Rabbit: The Autobiography of Ms. Pat
(Oct. 2017) When folks think about the problems of growing up in the hood, they think about what it must feel like to be poor, or hungry, or to have your lights cut off. The struggle nobody talk about is what it feel like to be invisible, or to know it in your heart nobody cares. Mama didn’t want to be famous, she wanted to be seen.
That realization came to Patricia Williams as she began her career as a comedian in Indianapolis in 2010. This audiobook, read by the author, is remarkable on so many levels. Her nickname Rabbit was given to her as a child. The name she uses professionally, Ms. Pat, is what her children’s friends called her. She spent much of her life thinking she had nothing in common with her alcoholic mother who died at 39. Then she realized when she went on stage to do stand up comedy that she also craved to be seen, acknowledged and heard.

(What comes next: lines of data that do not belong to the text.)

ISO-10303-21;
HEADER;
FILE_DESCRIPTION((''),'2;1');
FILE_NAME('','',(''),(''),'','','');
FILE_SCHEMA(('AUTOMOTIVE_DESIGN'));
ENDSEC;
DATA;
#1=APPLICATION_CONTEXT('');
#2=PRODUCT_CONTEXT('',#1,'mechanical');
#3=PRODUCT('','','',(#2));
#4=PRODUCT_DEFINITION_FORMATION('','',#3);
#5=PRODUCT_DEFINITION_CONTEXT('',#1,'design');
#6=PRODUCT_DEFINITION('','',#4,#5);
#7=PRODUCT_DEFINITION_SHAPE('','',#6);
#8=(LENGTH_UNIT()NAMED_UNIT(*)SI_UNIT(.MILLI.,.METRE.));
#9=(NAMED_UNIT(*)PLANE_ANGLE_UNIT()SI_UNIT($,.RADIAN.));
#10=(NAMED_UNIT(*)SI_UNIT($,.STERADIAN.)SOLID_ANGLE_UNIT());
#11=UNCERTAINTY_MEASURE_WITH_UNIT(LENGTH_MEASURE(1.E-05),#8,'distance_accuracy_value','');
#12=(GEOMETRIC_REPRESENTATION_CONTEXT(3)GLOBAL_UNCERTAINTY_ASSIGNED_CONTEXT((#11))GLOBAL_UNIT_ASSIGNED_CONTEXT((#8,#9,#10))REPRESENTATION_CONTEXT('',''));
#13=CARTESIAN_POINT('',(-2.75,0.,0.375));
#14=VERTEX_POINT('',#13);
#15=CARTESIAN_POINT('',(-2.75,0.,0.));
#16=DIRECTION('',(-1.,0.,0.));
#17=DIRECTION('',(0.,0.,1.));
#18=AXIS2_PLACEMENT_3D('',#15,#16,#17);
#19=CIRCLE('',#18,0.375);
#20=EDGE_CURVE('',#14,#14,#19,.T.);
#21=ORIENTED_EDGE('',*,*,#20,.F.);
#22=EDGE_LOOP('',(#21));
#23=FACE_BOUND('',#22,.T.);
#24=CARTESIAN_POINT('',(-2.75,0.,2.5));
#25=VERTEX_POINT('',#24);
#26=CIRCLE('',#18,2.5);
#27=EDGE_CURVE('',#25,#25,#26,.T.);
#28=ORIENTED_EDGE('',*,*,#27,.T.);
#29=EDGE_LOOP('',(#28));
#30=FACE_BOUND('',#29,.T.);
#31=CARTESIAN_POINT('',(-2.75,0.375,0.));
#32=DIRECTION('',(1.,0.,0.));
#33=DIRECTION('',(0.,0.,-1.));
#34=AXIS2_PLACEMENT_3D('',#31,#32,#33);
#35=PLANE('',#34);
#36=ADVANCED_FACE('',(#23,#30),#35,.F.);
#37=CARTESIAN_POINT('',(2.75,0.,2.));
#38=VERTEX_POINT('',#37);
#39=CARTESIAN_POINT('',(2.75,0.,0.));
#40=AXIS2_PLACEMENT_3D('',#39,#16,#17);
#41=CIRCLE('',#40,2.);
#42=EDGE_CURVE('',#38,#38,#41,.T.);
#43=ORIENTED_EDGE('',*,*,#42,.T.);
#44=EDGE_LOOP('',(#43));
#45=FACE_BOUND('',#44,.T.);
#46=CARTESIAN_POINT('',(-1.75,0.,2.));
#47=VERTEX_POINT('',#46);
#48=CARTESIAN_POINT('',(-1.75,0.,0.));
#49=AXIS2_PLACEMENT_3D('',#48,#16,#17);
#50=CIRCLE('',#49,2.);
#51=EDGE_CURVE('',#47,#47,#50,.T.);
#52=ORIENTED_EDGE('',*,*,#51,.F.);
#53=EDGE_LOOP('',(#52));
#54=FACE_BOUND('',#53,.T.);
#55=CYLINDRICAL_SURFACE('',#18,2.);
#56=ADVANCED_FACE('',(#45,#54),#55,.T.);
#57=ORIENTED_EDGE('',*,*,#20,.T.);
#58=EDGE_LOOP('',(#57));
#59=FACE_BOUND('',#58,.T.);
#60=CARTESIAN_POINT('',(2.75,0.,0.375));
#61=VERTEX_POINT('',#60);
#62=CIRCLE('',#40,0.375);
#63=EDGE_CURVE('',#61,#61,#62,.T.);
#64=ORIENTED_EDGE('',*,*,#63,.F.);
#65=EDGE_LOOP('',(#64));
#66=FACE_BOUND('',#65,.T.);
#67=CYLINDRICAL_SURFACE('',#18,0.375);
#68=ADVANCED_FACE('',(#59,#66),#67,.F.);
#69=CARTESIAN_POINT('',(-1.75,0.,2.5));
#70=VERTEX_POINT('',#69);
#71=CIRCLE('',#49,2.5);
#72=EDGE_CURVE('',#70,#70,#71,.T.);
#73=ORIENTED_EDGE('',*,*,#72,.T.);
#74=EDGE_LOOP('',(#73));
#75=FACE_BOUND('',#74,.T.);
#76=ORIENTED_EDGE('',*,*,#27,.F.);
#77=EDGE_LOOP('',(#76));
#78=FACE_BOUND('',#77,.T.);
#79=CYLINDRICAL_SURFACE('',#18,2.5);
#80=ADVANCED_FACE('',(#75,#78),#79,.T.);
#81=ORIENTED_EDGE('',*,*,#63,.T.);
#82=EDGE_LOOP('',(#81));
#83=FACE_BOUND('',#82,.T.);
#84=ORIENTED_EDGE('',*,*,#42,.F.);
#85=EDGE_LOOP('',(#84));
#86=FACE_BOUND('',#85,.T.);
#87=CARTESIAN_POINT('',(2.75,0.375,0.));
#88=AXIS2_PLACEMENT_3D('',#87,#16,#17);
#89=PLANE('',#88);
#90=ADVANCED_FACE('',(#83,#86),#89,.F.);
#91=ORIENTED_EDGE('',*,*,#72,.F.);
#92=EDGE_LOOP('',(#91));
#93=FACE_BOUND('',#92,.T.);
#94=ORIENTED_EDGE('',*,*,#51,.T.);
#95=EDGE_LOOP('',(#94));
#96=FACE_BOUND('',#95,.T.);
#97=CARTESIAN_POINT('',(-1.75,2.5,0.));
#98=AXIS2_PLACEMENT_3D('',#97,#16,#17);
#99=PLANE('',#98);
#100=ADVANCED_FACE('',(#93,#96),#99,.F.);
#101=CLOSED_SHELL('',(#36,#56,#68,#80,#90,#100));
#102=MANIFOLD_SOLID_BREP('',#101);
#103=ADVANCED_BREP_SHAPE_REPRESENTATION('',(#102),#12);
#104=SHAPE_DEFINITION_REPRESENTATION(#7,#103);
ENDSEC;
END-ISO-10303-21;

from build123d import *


with BuildPart() as part:
    # Sketch1 → Revolve1 (revolve)
    with BuildSketch(Plane.XY, mode=Mode.PRIVATE) as revolve1_sk:
        Polygon((-2.75, 2.5), (-1.75, 2.5), (-1.75, 2), (2.75, 2), (2.75, 0.375), (-2.75, 0.375), align=None)
    revolve(revolve1_sk.sketch.rotate(Axis((-2.75, 0, 0), (1, 0, 0)), 90), axis=Axis((-2.75, 0, 0), (1, 0, 0)))


solid = part.part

She gives her listeners/readers an unvarnished truth about her life that few of us could imagine – growing up in abject poverty with a mother who taught her to roll drunks in her grandfather’s “liquor house” when she was 7. She and her sister Sweetie were molested as children by a friend of their mother’s, and both sisters ended up pregnant as teenagers. Rabbit had her first child at 13 and another at 14. She dropped out of middle school to raise her kids, discovering she could support them pretty well by selling crack – the drug that held Atlanta’s poor neighborhoods in its grip in the 1990’s.
Rabbit did a stint in jail for drug possession with intent to distribute. It meant her two young children were left in the care of their daddy Derrick’s family. Her daughter started her first day of kindergarten while she was in jail. When she got out, she went back to selling drugs – a risky employment but one that supported her kids and allowed her to also help her mother out. It also got her shot at one point.

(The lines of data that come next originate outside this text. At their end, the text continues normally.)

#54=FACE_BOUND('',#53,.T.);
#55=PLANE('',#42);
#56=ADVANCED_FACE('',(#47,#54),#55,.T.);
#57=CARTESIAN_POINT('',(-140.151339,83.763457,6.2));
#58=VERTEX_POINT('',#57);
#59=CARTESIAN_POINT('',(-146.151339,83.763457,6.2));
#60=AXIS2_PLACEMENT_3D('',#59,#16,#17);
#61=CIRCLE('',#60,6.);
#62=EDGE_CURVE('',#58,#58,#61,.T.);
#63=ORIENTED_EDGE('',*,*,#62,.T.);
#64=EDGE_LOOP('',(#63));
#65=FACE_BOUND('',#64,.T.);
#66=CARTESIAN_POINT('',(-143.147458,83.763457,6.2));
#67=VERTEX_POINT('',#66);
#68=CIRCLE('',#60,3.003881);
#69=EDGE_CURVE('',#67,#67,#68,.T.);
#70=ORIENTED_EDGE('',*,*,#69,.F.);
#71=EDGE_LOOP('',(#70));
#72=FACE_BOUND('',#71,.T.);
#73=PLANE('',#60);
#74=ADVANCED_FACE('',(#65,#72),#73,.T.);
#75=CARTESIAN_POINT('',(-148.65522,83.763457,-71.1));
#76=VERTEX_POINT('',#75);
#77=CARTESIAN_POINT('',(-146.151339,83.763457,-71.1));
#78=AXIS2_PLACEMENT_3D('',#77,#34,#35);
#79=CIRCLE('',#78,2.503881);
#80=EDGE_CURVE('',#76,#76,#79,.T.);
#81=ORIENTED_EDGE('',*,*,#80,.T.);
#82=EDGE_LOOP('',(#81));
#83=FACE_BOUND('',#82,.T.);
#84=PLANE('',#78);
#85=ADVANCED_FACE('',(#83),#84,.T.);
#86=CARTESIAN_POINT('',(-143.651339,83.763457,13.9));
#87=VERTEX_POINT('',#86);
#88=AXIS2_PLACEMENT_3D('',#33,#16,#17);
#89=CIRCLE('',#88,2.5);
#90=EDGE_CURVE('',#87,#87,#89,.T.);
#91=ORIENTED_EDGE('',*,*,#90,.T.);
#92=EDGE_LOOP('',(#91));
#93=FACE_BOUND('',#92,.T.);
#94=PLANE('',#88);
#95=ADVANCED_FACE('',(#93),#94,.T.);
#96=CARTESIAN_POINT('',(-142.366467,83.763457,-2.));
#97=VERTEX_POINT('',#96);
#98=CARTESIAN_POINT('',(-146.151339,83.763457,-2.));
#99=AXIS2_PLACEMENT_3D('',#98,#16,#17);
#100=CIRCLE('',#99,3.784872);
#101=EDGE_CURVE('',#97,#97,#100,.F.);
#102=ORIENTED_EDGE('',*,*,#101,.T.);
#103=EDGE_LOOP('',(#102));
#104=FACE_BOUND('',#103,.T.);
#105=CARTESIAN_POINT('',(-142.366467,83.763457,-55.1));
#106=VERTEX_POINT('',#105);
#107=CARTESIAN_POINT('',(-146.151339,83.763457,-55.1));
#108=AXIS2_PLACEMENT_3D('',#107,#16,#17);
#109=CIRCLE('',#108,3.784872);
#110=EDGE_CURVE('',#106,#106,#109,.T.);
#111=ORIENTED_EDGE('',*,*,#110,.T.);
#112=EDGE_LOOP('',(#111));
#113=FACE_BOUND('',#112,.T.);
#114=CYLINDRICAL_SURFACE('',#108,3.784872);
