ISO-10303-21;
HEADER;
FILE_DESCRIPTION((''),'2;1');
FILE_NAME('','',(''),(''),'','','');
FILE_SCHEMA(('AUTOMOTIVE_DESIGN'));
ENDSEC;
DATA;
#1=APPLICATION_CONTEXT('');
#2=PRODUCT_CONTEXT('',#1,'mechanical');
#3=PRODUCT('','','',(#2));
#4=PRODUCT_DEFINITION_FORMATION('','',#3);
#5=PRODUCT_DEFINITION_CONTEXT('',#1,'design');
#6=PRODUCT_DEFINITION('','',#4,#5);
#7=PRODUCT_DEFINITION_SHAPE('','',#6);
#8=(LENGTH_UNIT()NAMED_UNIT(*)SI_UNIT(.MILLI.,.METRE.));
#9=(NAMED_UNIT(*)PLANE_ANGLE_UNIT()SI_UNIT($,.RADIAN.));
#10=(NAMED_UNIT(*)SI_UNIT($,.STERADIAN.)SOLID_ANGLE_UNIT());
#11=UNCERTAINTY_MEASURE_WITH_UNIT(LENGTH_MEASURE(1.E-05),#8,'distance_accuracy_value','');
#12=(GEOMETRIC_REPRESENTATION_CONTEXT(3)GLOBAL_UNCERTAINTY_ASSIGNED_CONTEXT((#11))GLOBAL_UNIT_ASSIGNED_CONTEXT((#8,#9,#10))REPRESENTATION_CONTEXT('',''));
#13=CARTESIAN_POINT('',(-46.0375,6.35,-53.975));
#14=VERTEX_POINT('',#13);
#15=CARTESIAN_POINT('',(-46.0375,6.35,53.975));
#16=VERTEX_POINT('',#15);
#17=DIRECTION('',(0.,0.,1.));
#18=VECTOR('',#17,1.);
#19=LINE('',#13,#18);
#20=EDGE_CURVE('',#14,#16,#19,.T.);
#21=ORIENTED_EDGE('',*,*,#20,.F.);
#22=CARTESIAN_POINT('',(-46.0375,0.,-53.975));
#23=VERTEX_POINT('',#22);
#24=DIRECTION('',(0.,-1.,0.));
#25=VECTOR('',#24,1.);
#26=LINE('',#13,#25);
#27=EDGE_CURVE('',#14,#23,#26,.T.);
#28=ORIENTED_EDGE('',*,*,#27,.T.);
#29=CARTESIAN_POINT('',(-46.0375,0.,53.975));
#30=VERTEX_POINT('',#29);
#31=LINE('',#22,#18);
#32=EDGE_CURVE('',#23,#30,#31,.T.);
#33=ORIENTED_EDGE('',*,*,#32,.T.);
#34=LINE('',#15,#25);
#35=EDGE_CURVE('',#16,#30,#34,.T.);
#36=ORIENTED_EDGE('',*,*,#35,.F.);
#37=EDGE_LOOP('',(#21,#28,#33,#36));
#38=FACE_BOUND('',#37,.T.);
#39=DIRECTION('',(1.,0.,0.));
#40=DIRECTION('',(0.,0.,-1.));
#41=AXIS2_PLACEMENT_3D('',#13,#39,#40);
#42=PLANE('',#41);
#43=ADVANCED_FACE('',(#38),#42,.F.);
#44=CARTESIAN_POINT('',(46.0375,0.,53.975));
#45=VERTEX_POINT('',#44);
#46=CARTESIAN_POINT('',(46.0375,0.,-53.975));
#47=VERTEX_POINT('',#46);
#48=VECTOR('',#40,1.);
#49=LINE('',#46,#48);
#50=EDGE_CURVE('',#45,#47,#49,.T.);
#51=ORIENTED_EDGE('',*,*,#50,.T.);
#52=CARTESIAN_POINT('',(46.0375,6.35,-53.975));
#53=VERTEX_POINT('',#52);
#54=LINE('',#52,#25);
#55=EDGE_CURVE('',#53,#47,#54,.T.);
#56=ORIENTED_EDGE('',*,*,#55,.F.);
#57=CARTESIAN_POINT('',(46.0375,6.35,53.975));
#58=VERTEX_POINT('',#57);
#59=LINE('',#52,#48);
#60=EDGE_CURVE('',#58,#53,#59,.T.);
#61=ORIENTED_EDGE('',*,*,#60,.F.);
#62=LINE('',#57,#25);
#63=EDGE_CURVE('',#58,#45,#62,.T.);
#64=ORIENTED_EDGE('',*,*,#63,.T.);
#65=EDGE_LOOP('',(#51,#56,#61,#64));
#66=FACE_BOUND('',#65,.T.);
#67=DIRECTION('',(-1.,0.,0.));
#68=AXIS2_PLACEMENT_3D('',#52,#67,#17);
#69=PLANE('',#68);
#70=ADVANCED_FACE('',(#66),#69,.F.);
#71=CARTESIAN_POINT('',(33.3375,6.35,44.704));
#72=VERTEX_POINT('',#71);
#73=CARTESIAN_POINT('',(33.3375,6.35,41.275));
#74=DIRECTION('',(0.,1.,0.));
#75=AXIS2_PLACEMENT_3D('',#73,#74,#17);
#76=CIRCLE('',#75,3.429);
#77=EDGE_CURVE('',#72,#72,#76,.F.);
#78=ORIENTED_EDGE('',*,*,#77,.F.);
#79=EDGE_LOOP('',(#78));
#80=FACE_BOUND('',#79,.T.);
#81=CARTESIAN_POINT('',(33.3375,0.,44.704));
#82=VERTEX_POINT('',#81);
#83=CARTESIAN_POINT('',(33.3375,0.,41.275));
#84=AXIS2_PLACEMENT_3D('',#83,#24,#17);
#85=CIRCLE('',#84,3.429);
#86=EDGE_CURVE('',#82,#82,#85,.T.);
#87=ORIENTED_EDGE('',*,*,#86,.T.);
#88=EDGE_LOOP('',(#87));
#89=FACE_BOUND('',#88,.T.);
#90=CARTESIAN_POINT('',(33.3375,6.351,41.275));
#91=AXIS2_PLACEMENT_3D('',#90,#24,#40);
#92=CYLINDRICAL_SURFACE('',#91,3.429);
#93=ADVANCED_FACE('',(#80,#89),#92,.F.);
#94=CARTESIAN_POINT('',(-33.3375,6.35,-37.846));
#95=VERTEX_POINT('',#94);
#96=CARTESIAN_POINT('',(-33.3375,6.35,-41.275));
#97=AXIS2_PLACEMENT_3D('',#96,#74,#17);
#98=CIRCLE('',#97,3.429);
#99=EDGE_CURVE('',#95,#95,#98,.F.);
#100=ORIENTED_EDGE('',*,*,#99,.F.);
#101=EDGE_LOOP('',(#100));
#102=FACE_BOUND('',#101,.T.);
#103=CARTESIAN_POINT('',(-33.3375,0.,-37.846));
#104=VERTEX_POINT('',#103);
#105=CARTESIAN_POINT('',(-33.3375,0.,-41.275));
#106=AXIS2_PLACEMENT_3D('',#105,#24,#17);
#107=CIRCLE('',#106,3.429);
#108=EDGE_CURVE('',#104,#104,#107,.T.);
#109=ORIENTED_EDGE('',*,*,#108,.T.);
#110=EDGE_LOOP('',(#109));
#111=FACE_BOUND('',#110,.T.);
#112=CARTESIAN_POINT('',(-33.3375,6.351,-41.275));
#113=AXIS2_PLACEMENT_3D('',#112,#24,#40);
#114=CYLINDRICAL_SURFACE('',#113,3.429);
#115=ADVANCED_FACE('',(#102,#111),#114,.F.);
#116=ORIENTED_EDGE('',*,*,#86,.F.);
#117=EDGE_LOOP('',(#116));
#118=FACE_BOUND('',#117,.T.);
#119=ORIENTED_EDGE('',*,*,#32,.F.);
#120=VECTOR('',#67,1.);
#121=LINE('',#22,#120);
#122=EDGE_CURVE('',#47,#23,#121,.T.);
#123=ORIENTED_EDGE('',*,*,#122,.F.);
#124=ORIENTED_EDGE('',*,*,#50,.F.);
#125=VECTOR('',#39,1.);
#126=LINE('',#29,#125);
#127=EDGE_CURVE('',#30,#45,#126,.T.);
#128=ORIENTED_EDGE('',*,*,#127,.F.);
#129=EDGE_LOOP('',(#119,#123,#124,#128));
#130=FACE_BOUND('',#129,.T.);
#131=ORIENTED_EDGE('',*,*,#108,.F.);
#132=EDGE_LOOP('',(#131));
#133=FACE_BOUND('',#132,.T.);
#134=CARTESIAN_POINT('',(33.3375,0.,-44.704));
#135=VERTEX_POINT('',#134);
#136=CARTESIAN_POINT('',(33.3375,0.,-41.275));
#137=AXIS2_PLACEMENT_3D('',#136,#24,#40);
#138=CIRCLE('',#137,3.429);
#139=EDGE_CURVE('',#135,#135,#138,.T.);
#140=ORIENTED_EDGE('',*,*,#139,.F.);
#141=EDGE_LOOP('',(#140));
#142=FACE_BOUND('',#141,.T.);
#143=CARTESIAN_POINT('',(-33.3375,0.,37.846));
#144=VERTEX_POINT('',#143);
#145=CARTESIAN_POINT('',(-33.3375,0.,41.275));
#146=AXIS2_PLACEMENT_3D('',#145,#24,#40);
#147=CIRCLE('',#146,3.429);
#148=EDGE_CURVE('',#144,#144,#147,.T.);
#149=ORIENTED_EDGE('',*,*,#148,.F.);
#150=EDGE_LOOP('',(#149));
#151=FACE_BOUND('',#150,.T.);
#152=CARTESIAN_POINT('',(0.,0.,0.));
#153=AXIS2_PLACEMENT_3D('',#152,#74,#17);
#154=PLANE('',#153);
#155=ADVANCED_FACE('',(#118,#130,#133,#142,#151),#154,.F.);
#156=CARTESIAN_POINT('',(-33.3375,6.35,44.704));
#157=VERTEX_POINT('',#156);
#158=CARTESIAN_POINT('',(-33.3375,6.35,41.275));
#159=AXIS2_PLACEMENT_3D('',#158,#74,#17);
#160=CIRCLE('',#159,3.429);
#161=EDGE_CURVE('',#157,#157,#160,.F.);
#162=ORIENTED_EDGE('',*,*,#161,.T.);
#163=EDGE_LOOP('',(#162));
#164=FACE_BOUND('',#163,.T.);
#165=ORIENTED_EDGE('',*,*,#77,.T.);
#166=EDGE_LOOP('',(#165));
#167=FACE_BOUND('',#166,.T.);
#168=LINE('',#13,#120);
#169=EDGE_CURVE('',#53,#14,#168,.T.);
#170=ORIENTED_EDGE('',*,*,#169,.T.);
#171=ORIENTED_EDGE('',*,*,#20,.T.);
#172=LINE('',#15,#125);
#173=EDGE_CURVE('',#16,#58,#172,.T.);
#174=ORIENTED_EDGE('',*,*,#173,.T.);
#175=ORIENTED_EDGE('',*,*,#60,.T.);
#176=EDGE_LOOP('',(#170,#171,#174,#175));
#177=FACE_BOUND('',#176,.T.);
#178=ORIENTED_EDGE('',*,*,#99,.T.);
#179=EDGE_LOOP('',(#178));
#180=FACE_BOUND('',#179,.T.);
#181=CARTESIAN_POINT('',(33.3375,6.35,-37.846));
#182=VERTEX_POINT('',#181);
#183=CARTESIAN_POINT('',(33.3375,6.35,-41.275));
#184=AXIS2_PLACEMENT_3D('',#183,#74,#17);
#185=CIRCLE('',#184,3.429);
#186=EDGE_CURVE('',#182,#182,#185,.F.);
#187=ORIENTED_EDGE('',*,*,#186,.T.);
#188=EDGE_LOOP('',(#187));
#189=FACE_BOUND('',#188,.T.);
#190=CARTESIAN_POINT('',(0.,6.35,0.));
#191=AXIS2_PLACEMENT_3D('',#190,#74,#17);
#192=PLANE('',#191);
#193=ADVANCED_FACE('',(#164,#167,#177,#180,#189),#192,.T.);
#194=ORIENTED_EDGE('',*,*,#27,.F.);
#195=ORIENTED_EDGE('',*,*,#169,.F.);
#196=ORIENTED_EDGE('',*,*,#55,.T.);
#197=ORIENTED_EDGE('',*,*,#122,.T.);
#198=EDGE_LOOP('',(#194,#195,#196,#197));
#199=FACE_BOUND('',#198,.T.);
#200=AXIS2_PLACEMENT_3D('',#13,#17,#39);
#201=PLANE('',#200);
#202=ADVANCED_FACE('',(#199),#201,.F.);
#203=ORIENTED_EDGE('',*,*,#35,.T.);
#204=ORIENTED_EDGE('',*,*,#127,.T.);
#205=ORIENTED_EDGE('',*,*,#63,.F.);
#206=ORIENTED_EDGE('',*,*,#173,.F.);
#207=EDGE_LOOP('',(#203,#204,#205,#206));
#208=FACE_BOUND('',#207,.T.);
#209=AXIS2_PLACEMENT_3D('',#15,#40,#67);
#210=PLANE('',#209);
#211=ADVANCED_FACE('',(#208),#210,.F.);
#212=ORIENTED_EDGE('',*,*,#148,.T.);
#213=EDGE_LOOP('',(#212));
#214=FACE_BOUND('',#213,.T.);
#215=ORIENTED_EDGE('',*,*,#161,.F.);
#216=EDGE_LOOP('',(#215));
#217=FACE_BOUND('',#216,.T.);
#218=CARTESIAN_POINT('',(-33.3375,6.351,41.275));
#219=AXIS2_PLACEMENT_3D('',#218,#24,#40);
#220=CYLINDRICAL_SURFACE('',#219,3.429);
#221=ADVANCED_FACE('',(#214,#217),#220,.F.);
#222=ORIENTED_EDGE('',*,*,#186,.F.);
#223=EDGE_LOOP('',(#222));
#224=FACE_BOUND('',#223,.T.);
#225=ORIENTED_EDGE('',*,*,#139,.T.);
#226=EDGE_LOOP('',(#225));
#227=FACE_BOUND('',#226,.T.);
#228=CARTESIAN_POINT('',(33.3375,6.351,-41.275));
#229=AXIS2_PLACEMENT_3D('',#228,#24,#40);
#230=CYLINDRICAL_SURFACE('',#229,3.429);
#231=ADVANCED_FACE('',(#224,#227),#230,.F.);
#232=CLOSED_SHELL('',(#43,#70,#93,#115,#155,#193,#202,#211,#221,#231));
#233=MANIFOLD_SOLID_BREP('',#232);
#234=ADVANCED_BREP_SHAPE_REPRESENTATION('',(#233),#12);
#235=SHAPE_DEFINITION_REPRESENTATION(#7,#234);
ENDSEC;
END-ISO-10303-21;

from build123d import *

# Parameters (mm, degrees)
SKETCH1_W           = 92.075
SKETCH1_H           = 107.95
BOSS_EXTRUDE1_DEPTH = 6.35
CUT_EXTRUDE2_REACH  = 73.226
SKETCH3_R           = 3.429


with BuildPart() as part:
    # Sketch1 → Boss-Extrude1 (new body)
    with BuildSketch(Plane(origin=(0, 0, 0), x_dir=(1, 0, 0), z_dir=(0, 1, 0))):
        Rectangle(SKETCH1_W, SKETCH1_H)
    extrude(amount=BOSS_EXTRUDE1_DEPTH)

    # Sketch3 → Cut-Extrude2 (cut, up to next)
    with BuildSketch(Plane.XZ, mode=Mode.PRIVATE) as cut_extrude2_sk1:
        with Locations(Location((-33.3375, 41.275, 0), (0, 0, 270))):
            Circle(SKETCH3_R)
    cut_extrude2_tool1 = extrude(cut_extrude2_sk1.sketch, amount=-CUT_EXTRUDE2_REACH, mode=Mode.PRIVATE) & part.part
    # Sketch3 → Cut-Extrude2 (cut, up to next)
    with BuildSketch(Plane.XZ, mode=Mode.PRIVATE) as cut_extrude2_sk2:
        with Locations(Location((-33.3375, -41.275, 0), (0, 0, 90))):
            Circle(SKETCH3_R)
    cut_extrude2_tool2 = extrude(cut_extrude2_sk2.sketch, amount=-CUT_EXTRUDE2_REACH, mode=Mode.PRIVATE) & part.part
    # Sketch3 → Cut-Extrude2 (cut, up to next)
    with BuildSketch(Plane.XZ, mode=Mode.PRIVATE) as cut_extrude2_sk3:
        with Locations(Location((33.3375, 41.275, 0), (0, 0, 90))):
            Circle(SKETCH3_R)
    cut_extrude2_tool3 = extrude(cut_extrude2_sk3.sketch, amount=-CUT_EXTRUDE2_REACH, mode=Mode.PRIVATE) & part.part
    # Sketch3 → Cut-Extrude2 (cut, up to next)
    with BuildSketch(Plane.XZ, mode=Mode.PRIVATE) as cut_extrude2_sk4:
        with Locations(Location((33.3375, -41.275, 0), (0, 0, 270))):
            Circle(SKETCH3_R)
    cut_extrude2_tool4 = extrude(cut_extrude2_sk4.sketch, amount=-CUT_EXTRUDE2_REACH, mode=Mode.PRIVATE) & part.part
    add(cut_extrude2_tool1.solids().sort_by_distance((-33.3375, 0, 41.275))[0], mode=Mode.SUBTRACT)
    add(cut_extrude2_tool2.solids().sort_by_distance((-33.3375, 0, -41.275))[0], mode=Mode.SUBTRACT)
    add(cut_extrude2_tool3.solids().sort_by_distance((33.3375, 0, 41.275))[0], mode=Mode.SUBTRACT)
    add(cut_extrude2_tool4.solids().sort_by_distance((33.3375, 0, -41.275))[0], mode=Mode.SUBTRACT)


solid = part.part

Along the way, she meets people who help her navigate her teenage years and early 20s. A turning point was finally cutting Derrick loose, which made it possible for her to meet Michael. This man helped her to raise her two children, as well as her sister’s four children for 10 years while Sweetie was in and out of rehab. Then they had two children of their own. It was Michael’s job transfer from Atlanta that put them into the mostly white suburbs of Indianapolis, Indiana.
Doing comedy was not something Rabbit had thought about, but she walks us through all of her failed attempts to get a “regular” job, which was nearly impossible because of her felony record that turned up in background checks. She had gotten her GED, invested money in vocational training, and THEN discovered she would likely never be hired to work in the field for which she had received a certification.
Her first foray into comedy was simply standing up at open mic nights at a local club and telling stories about her life in the hood. She quickly discovered that “it turns out comedy and selling drugs have a lot in common. You have to be quick, work hard and give people what they want.” She also discovered something else from the people who came up to talk to her after her performances.
All those times mama told me white folks were better than me, had me thinkin’ white people all live the easy life. But that woman isn’t the only one who has come up to me after a show to tell me about her shitty childhood, or her drug addicted parents. I was a grown woman before I found out black folks aren’t the only ones who had hard times. Everybody got a struggle. Nobody get through this life easy.
She started opening for another comic at clubs that had a largely black audience. As she honed her material, other comedians started to give her opportunities to work with them as well, and then her big break came when she was asked by Marc Maron to be a guest on his WTF podcast. She’s now been a guest on a number of his podcasts and that has led to bookings at clubs around the country.
While I’m sure the printed book is wonderful, I wouldn’t trade the experience of this woman telling me her story for anything. It’s a remarkable journey of resilience with a happy ending. While her early life is far from unique, in fact it’s all too common in many poor communities, her ability to find her way forward out of all of that is a true odyssey, well told.